→ **Stored entries**:
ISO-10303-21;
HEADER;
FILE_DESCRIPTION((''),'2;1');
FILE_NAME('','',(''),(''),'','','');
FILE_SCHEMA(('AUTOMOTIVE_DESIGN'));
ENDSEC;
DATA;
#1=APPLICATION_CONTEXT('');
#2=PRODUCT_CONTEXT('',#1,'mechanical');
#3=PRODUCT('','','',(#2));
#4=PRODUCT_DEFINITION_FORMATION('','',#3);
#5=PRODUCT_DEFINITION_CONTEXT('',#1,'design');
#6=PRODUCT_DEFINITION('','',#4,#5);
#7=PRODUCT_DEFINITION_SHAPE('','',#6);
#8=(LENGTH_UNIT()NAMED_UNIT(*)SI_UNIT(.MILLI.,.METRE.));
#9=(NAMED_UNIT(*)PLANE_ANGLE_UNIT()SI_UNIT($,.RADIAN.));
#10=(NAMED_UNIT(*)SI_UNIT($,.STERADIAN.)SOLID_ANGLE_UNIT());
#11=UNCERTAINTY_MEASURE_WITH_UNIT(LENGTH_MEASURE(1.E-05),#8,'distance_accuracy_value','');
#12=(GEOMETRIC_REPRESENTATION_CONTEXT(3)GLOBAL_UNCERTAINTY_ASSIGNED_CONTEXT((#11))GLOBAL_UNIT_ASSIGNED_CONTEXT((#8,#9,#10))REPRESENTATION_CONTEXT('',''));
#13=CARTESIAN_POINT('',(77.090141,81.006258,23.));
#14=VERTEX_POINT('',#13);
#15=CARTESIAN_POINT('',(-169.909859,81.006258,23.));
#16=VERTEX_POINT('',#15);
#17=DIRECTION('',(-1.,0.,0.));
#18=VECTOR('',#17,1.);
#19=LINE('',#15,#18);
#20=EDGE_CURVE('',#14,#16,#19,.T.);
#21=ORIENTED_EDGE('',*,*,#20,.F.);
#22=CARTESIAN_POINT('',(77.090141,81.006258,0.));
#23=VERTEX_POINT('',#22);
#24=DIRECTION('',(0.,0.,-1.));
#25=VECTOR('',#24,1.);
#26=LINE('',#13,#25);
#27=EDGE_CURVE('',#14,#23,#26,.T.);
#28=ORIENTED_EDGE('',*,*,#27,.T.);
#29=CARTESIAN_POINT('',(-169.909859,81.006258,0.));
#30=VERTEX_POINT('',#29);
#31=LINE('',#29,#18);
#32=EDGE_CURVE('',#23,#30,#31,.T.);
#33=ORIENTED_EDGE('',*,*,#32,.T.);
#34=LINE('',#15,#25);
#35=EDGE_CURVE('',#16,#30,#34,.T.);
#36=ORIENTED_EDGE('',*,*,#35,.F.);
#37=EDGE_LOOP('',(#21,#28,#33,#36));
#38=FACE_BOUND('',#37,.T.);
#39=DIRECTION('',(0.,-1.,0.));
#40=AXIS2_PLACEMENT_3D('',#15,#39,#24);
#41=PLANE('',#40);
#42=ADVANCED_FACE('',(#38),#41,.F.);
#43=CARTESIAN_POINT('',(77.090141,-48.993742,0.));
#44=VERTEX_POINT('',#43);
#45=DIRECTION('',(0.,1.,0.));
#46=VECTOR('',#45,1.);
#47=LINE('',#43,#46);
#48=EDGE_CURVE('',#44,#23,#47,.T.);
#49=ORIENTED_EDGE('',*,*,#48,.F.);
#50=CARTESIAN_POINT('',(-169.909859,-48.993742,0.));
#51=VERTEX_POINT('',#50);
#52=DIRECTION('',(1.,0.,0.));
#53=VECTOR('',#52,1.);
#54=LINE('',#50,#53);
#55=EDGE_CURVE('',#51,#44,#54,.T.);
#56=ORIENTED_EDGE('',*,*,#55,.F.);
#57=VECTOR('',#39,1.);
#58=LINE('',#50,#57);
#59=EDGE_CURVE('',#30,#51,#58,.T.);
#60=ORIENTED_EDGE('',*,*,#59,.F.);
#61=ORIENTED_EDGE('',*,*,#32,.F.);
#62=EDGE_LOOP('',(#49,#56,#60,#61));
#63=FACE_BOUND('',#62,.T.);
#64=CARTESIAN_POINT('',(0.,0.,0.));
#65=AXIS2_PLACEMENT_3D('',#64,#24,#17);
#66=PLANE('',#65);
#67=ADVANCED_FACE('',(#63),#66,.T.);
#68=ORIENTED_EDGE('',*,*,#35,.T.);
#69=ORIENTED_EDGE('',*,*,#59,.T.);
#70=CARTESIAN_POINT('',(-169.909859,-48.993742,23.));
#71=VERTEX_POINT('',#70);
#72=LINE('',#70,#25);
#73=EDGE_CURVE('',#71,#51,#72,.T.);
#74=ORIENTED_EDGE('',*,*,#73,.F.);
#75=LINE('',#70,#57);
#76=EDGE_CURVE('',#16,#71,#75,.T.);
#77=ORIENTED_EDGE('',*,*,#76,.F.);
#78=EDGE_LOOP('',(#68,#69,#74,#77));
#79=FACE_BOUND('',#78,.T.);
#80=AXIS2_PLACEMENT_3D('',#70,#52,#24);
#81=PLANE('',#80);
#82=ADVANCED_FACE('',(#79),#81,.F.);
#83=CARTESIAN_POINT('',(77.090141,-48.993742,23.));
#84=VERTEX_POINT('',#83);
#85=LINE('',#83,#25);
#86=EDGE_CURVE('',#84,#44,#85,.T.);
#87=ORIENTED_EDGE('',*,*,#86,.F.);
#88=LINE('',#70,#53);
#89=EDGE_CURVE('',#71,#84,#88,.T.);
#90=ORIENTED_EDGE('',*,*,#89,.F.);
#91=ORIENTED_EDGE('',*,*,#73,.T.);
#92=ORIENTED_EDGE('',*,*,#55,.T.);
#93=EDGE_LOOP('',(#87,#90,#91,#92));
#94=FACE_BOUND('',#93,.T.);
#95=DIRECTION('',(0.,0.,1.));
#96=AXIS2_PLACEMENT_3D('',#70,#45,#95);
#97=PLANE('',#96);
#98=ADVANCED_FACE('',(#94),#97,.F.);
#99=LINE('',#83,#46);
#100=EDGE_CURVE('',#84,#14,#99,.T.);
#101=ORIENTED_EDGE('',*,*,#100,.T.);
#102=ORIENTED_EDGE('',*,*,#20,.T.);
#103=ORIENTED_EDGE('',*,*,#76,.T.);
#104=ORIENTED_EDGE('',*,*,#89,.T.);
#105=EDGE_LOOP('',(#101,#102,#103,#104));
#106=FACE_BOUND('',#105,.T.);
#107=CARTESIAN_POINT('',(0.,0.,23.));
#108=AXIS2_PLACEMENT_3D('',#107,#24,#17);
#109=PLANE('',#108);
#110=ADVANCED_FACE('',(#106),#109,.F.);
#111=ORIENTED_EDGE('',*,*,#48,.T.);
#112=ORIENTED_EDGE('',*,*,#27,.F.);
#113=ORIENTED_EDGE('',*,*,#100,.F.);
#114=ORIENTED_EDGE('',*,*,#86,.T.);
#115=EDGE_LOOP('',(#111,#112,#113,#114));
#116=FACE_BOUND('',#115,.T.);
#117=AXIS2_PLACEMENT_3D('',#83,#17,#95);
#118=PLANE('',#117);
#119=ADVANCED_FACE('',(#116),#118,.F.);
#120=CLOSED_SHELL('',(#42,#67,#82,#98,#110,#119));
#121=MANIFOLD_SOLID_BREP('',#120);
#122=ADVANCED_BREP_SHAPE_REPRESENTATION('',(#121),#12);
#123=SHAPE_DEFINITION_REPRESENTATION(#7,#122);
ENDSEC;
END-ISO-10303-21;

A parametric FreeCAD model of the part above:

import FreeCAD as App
import Part
import Sketcher

V = App.Vector

doc = App.newDocument("Part")
body = doc.addObject("PartDesign::Body", "Body")

# Sketch on XY plane
sketch1 = body.newObject("Sketcher::SketchObject", "Sketch")
sketch1.AttachmentSupport = (doc.getObject("XY_Plane"), [""])
sketch1.MapMode = "FlatFace"
sketch1.addGeometry(Part.LineSegment(V(-169.909859, 81.006258, 0), V(-169.909859, -48.993742, 0)), False)
sketch1.addGeometry(Part.LineSegment(V(-169.909859, -48.993742, 0), V(77.090141, -48.993742, 0)), False)
sketch1.addGeometry(Part.LineSegment(V(77.090141, -48.993742, 0), V(77.090141, 81.006258, 0)), False)
sketch1.addGeometry(Part.LineSegment(V(77.090141, 81.006258, 0), V(-169.909859, 81.006258, 0)), False)
sketch1.addConstraint(Sketcher.Constraint("Coincident", 0, 2, 1, 1))
sketch1.addConstraint(Sketcher.Constraint("Coincident", 1, 2, 2, 1))
sketch1.addConstraint(Sketcher.Constraint("Coincident", 2, 2, 3, 1))
sketch1.addConstraint(Sketcher.Constraint("Coincident", 3, 2, 0, 1))
sketch1.addConstraint(Sketcher.Constraint("Vertical", 0))
sketch1.addConstraint(Sketcher.Constraint("Horizontal", 1))
sketch1.addConstraint(Sketcher.Constraint("Vertical", 2))
sketch1.addConstraint(Sketcher.Constraint("Horizontal", 3))
sketch1.addConstraint(Sketcher.Constraint("DistanceX", 1, 1, 1, 2, 247.0))
sketch1.addConstraint(Sketcher.Constraint("DistanceY", 0, 2, 0, 1, 130.0))
sketch1.addConstraint(Sketcher.Constraint("DistanceX", 0, 2, -1, 1, 169.909859))
sketch1.addConstraint(Sketcher.Constraint("DistanceY", 0, 2, -1, 1, 48.993742))
pad1 = body.newObject("PartDesign::Pad", "Pad")
pad1.Profile = sketch1
pad1.Length = 23

doc.recompute()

→ **What this task involves**: Taking the lines above, repeat exactly those from the line that contains "#86=EDGE_CURVE('',#84,#44,#85,.T.);" through the line that contains "#108=AXIS2_PLACEMENT_3D('',#107,#24,#17);", and both of those lines as well. Include nothing else.

→ **Response to this task**:
#86=EDGE_CURVE('',#84,#44,#85,.T.);
#87=ORIENTED_EDGE('',*,*,#86,.F.);
#88=LINE('',#70,#53);
#89=EDGE_CURVE('',#71,#84,#88,.T.);
#90=ORIENTED_EDGE('',*,*,#89,.F.);
#91=ORIENTED_EDGE('',*,*,#73,.T.);
#92=ORIENTED_EDGE('',*,*,#55,.T.);
#93=EDGE_LOOP('',(#87,#90,#91,#92));
#94=FACE_BOUND('',#93,.T.);
#95=DIRECTION('',(0.,0.,1.));
#96=AXIS2_PLACEMENT_3D('',#70,#45,#95);
#97=PLANE('',#96);
#98=ADVANCED_FACE('',(#94),#97,.F.);
#99=LINE('',#83,#46);
#100=EDGE_CURVE('',#84,#14,#99,.T.);
#101=ORIENTED_EDGE('',*,*,#100,.T.);
#102=ORIENTED_EDGE('',*,*,#20,.T.);
#103=ORIENTED_EDGE('',*,*,#76,.T.);
#104=ORIENTED_EDGE('',*,*,#89,.T.);
#105=EDGE_LOOP('',(#101,#102,#103,#104));
#106=FACE_BOUND('',#105,.T.);
#107=CARTESIAN_POINT('',(0.,0.,23.));
#108=AXIS2_PLACEMENT_3D('',#107,#24,#17);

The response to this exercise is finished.